I was doing very music-oriented drawings and people didn’t get it. Nobody wants to buy a dead musician’s portrait. I drew Kurt Cobain once. I really enjoyed that but eventually... The last show I did for Silverlens was still kinda heavy on music, but not too much. In a way, I kept doing the same stuff for four years because I really enjoyed doing graphite and it was the medium that I really enjoyed.

What’s your darkest or most gothic piece of work?

This was my first show in Silverlens in 2011. I did a bunch of skulls, 43 skulls made out of charcoal powder, so they’re pure black, really, really black. I didn’t want to make skulls in resin and just paint them black. I really find it cheap in a way, parang PD lang sa film where you just paint it black. I didn’t want an easy way out. So I was thinking, what material can I use to make the skull naturally black? So I took charcoal powder and ground it really finely and mixed it with resin. It worked out perfectly and it felt like some ashes-to-ashes shit. I did 42 skulls representing the 27 Club. Based on Wikipedia, there were 42 deaths under the 27 Club. (There was one skull that was really crumpled and crushed, and I was like, “That’s Kurt Cobain.”) [But it was 43 because] I had an extra one made just in case, or for personal use. [Shortly after I had the skulls made,] Amy Winehouse [died]. And she was the new [addition to the 27 Club]. And I had an extra skull.

Can you tell me about the concept behind your show at Art Informal, “Prelude to a Billion Years?”

[My past work] had me thinking what to do next, how to evolve because I’m turning 32 this year. [I told myself,] this time, no skulls, no gothic shit, no morbid stuff, no music stuff. Let’s do something personal. Let’s do something fun. I’m really obsessed with materials. So I wanted it to be material-wise and more conceptual. I haven’t done a painting since 2009. And I didn’t want to transfer the stuff I was doing from paper to canvas, I don’t like the idea behind that. I like the feel of pencil on paper, it feels more natural. So for this painting, I wanted to do something totally different, something totally not connected to my drawings conceptually.
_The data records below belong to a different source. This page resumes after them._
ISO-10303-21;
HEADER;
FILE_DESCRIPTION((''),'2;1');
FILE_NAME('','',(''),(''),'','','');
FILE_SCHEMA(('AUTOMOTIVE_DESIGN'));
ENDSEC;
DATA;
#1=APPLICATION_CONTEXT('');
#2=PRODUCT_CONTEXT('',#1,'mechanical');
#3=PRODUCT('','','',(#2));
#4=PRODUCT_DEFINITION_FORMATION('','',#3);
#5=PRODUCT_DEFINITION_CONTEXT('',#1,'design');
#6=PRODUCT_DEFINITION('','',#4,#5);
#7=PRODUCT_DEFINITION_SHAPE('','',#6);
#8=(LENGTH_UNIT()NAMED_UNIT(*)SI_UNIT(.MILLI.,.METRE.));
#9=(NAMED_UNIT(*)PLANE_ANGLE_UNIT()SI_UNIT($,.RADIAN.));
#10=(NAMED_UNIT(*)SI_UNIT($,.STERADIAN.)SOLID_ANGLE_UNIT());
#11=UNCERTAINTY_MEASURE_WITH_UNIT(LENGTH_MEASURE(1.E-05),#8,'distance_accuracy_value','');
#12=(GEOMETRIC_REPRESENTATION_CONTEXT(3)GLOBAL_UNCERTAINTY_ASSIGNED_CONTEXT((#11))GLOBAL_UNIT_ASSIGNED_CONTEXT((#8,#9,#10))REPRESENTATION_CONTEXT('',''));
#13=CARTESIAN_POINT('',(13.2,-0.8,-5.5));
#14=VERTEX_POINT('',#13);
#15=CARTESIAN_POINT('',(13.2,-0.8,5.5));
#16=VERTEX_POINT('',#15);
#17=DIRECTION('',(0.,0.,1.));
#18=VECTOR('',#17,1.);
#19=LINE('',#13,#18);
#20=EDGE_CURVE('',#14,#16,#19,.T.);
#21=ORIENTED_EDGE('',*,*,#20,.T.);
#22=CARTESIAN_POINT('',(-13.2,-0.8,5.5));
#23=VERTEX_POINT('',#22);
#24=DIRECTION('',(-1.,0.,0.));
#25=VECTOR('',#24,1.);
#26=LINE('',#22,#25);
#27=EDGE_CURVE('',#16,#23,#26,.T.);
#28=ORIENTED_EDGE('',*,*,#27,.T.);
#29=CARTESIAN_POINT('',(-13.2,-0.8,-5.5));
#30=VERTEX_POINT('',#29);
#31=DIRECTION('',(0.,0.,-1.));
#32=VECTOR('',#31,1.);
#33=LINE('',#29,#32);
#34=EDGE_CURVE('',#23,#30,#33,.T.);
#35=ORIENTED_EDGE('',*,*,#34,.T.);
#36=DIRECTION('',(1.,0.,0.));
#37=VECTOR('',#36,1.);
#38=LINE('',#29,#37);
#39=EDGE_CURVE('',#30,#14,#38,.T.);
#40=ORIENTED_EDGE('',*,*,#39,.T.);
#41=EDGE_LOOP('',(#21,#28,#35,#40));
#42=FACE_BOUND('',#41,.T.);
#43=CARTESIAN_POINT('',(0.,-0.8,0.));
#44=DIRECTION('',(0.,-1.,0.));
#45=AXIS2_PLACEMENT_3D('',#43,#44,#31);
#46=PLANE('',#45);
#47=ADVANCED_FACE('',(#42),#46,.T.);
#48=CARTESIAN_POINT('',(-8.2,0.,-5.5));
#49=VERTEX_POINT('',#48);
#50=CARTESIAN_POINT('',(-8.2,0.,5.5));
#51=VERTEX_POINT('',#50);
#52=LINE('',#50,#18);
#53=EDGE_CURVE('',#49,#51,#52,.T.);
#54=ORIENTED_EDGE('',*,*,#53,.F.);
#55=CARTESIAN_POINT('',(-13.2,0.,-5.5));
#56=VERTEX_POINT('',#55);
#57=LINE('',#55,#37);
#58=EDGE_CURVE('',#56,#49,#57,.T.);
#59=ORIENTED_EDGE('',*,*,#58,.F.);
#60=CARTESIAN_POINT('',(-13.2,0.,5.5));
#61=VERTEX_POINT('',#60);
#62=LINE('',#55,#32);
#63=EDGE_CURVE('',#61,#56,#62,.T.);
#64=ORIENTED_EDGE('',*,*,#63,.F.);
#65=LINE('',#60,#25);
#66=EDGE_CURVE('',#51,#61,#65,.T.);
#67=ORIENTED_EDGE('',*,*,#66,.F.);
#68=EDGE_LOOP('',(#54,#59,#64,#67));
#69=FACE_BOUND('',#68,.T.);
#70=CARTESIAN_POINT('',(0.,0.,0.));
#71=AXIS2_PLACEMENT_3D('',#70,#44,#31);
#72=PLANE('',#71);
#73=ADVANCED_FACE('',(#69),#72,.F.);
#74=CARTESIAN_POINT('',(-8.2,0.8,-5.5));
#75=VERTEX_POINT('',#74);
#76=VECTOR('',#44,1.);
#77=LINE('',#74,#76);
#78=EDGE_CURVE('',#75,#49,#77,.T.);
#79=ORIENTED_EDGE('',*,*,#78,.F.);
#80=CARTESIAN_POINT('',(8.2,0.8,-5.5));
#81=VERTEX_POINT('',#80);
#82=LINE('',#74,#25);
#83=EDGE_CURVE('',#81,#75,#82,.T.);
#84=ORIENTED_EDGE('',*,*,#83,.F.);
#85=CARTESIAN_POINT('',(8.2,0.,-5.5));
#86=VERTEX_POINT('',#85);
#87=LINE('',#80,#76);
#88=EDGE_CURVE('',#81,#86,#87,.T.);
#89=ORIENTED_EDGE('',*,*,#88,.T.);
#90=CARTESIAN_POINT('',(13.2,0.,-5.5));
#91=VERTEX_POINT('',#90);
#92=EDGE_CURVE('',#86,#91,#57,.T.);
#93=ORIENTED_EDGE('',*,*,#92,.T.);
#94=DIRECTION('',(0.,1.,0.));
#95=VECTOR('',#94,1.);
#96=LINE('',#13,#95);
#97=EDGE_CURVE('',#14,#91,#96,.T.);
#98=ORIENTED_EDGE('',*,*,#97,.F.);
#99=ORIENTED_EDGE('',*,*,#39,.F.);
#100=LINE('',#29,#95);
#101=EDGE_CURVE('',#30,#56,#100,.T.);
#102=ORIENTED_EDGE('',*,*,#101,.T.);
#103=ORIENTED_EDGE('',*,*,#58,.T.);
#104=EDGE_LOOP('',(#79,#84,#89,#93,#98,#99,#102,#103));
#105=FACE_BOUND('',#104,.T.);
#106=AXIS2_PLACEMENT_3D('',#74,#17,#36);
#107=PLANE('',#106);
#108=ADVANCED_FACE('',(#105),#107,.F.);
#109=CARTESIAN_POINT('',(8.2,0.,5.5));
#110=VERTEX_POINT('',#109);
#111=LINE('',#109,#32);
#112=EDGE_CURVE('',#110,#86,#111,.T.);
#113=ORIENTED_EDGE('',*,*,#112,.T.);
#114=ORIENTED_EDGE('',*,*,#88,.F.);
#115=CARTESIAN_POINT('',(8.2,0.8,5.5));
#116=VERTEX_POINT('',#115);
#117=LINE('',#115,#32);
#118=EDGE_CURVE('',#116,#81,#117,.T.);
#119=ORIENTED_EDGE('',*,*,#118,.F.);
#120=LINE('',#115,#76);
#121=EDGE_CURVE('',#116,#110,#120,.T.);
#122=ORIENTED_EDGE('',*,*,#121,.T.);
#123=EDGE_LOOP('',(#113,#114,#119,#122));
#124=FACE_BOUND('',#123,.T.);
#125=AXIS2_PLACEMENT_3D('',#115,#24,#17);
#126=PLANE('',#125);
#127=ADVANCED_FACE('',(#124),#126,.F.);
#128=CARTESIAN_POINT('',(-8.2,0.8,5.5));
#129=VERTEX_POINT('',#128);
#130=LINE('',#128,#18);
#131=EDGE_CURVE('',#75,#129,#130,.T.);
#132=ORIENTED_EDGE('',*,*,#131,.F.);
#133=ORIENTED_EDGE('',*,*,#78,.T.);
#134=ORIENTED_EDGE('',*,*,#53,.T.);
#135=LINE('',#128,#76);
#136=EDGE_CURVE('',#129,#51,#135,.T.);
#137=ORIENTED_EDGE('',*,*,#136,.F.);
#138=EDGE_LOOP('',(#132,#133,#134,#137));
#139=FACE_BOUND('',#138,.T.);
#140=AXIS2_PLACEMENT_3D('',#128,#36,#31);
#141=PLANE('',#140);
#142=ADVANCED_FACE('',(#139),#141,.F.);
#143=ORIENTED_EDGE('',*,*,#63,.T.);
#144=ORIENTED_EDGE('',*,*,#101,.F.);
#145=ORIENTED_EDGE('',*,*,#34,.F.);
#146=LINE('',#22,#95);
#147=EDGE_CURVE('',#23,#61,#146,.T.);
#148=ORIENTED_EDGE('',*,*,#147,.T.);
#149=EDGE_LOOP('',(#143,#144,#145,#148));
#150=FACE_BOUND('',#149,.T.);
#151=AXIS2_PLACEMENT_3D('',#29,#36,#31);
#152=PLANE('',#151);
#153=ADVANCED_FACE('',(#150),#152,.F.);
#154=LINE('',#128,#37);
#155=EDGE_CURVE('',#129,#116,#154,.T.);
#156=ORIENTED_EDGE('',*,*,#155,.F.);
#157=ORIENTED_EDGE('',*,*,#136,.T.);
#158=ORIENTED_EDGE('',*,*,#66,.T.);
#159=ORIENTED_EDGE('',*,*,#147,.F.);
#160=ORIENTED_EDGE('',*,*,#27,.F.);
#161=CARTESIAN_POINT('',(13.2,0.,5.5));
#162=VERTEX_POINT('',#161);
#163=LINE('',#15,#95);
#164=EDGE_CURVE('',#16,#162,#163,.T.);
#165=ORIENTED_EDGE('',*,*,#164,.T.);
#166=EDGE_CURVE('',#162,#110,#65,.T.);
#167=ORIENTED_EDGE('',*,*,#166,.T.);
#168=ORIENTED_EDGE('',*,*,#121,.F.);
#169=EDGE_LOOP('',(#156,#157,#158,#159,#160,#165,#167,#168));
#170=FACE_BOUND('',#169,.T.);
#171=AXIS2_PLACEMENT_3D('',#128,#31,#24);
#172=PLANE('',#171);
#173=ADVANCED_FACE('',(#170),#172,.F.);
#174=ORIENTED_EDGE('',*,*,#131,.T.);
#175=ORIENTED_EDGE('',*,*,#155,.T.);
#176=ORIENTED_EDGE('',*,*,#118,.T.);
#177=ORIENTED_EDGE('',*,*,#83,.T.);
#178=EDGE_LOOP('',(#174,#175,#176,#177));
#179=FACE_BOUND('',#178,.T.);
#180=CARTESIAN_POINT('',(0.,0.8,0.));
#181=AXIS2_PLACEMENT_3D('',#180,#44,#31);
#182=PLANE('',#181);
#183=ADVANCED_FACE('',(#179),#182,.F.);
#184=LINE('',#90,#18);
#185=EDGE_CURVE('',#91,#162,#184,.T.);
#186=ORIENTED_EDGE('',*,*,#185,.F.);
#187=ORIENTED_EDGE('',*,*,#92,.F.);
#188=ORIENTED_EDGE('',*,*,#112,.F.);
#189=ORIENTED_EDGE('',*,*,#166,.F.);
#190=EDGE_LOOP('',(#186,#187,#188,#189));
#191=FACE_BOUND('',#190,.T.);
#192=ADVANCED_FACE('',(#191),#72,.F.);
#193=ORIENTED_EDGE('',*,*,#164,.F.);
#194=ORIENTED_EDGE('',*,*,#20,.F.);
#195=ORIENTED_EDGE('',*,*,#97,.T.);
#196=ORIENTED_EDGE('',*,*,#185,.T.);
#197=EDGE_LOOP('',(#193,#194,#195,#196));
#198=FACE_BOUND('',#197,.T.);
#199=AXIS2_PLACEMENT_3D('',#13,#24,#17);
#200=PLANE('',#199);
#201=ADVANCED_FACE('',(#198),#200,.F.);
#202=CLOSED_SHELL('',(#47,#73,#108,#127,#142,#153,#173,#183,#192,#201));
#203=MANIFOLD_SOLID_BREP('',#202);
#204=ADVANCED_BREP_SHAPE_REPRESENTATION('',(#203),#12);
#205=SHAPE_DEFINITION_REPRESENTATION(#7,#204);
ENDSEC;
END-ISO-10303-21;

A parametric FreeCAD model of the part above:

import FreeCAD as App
import Part
import Sketcher

V = App.Vector


def add_polygon(sketch, points):
    """Adds a closed chain of lines whose ends are joined by coincident constraints."""
    first, n = sketch.GeometryCount, len(points)
    for a, b in zip(points, points[1:] + points[:1]):
        sketch.addGeometry(Part.LineSegment(App.Vector(*a, 0), App.Vector(*b, 0)), False)
    for i in range(n):
        sketch.addConstraint(Sketcher.Constraint("Coincident", first + i, 2, first + (i + 1) % n, 1))

doc = App.newDocument("Part")
body = doc.addObject("PartDesign::Body", "Body")

# Sketch on XZ plane
sketch1 = body.newObject("Sketcher::SketchObject", "Sketch")
sketch1.AttachmentSupport = (doc.getObject("XZ_Plane"), [""])
sketch1.MapMode = "FlatFace"
add_polygon(sketch1, [(-8, -6), (-8, 6), (8, 6), (8, -6)])  # lines 0-3
sketch1.addConstraint([
    Sketcher.Constraint("Vertical", 0),
    Sketcher.Constraint("Horizontal", 1),
    Sketcher.Constraint("Vertical", 2),
    Sketcher.Constraint("Horizontal", 3),
    Sketcher.Constraint("Symmetric", 0, 2, 2, 2, -1, 1),
    Sketcher.Constraint("DistanceY", 0, 1, 0, 2, 11.0),
    Sketcher.Constraint("DistanceX", 1, 1, 1, 2, 16.4),
])
pad1 = body.newObject("PartDesign::Pad", "Pad")
pad1.Profile = sketch1
pad1.Length = 0.8
pad1.Reversed = True

# Sketch on XZ plane
sketch2 = body.newObject("Sketcher::SketchObject", "Sketch001")
sketch2.AttachmentSupport = (doc.getObject("XZ_Plane"), [""])
sketch2.MapMode = "FlatFace"
add_polygon(sketch2, [(-13, 6), (-13, -6), (13, -6), (13, 6)])  # lines 0-3
sketch2.addConstraint([
    Sketcher.Constraint("Vertical", 0),
    Sketcher.Constraint("Horizontal", 1),
    Sketcher.Constraint("Vertical", 2),
    Sketcher.Constraint("Horizontal", 3),
    Sketcher.Constraint("Symmetric", 0, 2, 2, 2, -1, 1),
    Sketcher.Constraint("DistanceY", 0, 2, 0, 1, 11.0),
    Sketcher.Constraint("DistanceX", 1, 1, 1, 2, 26.4),
])
pad2 = body.newObject("PartDesign::Pad", "Pad001")
pad2.Profile = sketch2
pad2.Length = 0.8

doc.recompute()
cos3.jpg When he thought about his concept for his Art Informal show, Zicarelli says he wanted to do something more personal, more fun. "This time, no skulls, no gothic shit, no morbid stuff, no music stuff... So I said, let’s do something based on a Filipino motif, so that motif is based on a Ginebra San Miguel bottle — the angel stabbing the demon." Photo by JL JAVIER  

I did this wallpaper concept. I manually penciled wallpaper motifs. [When I go to Art Informal,] it has this very architectural feel. It’s like an old house. Ang ganda kasi ng placing niya so every time I do a show in AI, I always have to connect to the architectural form of the house. So I did shaped canvases and wallpaper motifs just to have this house ambience. I first did some normal wallpaper motifs that I got from the internet but it felt unnatural because I just got them from the internet and people would say, oh I know that motif. Though those motifs were designed a [long time ago] in the 60s or 70s but now because of the internet everybody’s trying to modernize them so nawawala yung history niya. I didn’t really feel anything out of it, so I decided to make my own motif. It’s the same motif in this new exhibit. [points to his work in West gallery] So I said, let’s do something based on a Filipino motif, so that motif is based on a Ginebra San Miguel bottle — the angel stabbing the demon. Yung marca demonio designed by Amorsolo. Sobrang nagustuhan ko yung concept. I’ve always wanted to work on that design pero wala pa kong idea what to do with it, so I was shifting around the devil and St. Michael in Photoshop, like how to make it look like a wallpaper. It worked and I kinda liked the design. It took me months just to figure out one perfect motif.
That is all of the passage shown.